* **WHAT TO DO**: Within the material below, how many lines include "piece"? Answer with the count only.

* **STORED DATA**:
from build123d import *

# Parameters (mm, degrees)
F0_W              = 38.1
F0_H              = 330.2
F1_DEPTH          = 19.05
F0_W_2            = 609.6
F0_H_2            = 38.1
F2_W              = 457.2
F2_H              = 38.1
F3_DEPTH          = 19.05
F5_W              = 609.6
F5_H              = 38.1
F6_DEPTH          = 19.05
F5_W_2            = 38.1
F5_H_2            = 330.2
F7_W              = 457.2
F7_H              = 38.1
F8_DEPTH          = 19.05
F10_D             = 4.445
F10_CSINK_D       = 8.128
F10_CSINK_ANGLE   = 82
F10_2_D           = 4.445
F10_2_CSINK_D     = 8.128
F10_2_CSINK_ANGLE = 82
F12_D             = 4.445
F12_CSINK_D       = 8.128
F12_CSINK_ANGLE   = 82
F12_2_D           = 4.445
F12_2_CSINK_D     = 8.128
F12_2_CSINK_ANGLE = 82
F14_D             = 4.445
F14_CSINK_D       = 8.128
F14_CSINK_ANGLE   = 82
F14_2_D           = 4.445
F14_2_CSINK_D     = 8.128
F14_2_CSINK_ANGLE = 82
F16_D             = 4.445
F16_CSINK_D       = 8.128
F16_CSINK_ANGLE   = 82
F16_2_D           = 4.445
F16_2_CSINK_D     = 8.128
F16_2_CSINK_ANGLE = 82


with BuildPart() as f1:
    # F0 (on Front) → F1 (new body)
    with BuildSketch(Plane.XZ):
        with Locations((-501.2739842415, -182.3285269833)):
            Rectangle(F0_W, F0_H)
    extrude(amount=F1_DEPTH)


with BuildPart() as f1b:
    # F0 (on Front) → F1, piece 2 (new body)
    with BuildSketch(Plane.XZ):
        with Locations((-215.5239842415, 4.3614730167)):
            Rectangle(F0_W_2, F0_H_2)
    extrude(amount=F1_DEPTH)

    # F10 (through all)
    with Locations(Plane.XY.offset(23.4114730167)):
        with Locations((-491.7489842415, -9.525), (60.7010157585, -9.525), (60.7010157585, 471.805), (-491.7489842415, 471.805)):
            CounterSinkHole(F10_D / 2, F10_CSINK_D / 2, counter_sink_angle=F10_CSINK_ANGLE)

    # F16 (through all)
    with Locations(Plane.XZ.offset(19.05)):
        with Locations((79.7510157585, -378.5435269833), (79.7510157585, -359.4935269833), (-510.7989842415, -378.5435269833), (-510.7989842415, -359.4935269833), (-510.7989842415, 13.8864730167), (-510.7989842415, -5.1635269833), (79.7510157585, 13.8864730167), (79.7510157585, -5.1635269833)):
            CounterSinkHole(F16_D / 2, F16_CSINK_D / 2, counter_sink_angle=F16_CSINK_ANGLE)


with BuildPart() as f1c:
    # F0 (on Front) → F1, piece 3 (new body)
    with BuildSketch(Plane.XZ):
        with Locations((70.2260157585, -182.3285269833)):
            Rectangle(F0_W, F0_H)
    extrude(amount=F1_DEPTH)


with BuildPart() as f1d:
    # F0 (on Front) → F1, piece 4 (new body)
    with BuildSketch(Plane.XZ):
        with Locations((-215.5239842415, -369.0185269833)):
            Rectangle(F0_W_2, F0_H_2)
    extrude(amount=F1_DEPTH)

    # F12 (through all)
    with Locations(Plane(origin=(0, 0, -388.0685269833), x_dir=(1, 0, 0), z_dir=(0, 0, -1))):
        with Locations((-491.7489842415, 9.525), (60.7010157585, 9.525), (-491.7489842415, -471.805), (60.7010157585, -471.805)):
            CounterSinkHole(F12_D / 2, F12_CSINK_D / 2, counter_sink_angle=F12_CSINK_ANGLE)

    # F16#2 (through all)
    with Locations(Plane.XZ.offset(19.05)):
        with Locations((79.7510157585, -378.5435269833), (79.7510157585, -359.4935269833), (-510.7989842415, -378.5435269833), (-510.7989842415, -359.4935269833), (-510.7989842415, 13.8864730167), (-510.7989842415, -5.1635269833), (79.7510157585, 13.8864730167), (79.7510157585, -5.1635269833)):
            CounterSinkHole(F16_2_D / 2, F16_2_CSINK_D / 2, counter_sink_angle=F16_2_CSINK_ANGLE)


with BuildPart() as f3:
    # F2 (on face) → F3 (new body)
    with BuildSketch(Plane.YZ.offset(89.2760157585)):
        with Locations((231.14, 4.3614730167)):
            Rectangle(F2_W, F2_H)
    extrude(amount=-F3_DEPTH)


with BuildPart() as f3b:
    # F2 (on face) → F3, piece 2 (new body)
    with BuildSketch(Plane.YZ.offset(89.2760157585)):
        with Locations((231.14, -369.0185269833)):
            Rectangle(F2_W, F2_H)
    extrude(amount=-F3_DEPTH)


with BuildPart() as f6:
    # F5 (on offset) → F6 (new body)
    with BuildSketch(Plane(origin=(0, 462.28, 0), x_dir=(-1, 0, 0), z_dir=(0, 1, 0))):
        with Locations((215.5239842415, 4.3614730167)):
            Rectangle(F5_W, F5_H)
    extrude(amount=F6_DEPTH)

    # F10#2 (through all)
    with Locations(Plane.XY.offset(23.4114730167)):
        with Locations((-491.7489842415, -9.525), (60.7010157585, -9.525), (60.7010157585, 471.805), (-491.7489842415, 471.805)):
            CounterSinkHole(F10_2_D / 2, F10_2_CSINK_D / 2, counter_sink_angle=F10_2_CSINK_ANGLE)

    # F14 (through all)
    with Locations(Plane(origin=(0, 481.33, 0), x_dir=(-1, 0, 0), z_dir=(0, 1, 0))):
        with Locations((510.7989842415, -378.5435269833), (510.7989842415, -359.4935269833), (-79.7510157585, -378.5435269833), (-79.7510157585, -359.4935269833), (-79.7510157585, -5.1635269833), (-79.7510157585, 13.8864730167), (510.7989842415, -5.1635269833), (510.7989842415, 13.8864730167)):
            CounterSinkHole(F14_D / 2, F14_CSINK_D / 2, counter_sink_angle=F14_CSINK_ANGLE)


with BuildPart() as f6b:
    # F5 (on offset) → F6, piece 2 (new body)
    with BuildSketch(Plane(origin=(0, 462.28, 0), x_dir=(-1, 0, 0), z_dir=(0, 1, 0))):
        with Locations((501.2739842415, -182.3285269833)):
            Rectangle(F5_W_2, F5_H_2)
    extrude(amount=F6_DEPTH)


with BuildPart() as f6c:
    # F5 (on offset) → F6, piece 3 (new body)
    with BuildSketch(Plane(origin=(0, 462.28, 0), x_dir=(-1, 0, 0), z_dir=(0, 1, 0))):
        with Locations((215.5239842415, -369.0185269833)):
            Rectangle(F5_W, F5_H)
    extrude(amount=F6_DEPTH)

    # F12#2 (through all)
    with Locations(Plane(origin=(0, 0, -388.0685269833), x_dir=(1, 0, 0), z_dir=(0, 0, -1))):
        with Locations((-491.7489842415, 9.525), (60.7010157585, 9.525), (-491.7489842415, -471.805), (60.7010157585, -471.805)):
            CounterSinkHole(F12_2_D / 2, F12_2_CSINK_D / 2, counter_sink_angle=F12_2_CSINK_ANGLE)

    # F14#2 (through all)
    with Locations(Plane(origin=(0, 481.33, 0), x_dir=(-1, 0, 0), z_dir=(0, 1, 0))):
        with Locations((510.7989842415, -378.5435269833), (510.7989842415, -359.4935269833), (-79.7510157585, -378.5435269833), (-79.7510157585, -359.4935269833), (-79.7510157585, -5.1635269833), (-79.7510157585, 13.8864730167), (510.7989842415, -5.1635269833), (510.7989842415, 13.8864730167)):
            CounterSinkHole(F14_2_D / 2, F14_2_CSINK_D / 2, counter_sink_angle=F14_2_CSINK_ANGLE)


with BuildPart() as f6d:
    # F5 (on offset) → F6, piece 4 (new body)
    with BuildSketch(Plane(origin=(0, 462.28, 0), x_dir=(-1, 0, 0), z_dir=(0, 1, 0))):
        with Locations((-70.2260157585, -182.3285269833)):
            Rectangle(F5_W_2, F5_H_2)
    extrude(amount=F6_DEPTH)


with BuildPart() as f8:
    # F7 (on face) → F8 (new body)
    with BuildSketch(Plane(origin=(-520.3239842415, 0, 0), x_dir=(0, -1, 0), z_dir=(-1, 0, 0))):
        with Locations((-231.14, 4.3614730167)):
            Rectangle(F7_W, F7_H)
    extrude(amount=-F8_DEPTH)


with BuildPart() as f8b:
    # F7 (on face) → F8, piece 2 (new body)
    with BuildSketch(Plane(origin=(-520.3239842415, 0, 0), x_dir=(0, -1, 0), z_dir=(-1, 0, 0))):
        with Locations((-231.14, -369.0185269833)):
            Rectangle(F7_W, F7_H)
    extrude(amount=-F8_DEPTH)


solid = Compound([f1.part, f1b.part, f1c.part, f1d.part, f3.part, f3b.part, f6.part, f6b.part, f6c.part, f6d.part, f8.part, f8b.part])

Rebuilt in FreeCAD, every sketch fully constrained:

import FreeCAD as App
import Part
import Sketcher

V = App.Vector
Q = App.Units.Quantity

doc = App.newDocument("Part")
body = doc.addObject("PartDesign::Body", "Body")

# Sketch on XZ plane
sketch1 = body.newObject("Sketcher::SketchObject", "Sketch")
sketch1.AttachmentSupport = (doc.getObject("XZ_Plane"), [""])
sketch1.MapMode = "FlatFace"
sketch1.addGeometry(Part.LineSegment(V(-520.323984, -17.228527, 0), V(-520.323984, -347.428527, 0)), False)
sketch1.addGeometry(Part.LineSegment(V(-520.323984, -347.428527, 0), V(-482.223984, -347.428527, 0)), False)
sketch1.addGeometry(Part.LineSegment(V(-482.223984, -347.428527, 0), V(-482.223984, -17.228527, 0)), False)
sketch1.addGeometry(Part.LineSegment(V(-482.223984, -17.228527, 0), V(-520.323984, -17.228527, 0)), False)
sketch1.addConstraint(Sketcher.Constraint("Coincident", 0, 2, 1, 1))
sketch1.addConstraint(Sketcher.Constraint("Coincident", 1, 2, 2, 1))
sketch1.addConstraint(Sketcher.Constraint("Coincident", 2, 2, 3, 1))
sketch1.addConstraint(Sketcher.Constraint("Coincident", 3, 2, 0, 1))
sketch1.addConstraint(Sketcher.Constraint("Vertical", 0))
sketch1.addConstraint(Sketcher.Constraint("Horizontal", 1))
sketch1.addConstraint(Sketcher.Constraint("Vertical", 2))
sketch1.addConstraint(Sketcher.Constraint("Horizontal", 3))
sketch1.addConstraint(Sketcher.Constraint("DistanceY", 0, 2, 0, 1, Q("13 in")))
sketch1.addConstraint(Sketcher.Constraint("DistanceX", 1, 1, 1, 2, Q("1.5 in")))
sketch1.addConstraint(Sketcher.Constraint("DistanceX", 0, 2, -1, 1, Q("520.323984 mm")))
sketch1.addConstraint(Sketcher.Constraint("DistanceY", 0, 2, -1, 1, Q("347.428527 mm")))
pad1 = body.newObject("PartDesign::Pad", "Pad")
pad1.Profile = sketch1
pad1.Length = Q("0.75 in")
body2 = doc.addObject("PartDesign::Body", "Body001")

* **EXPECTED OUTPUT**: 8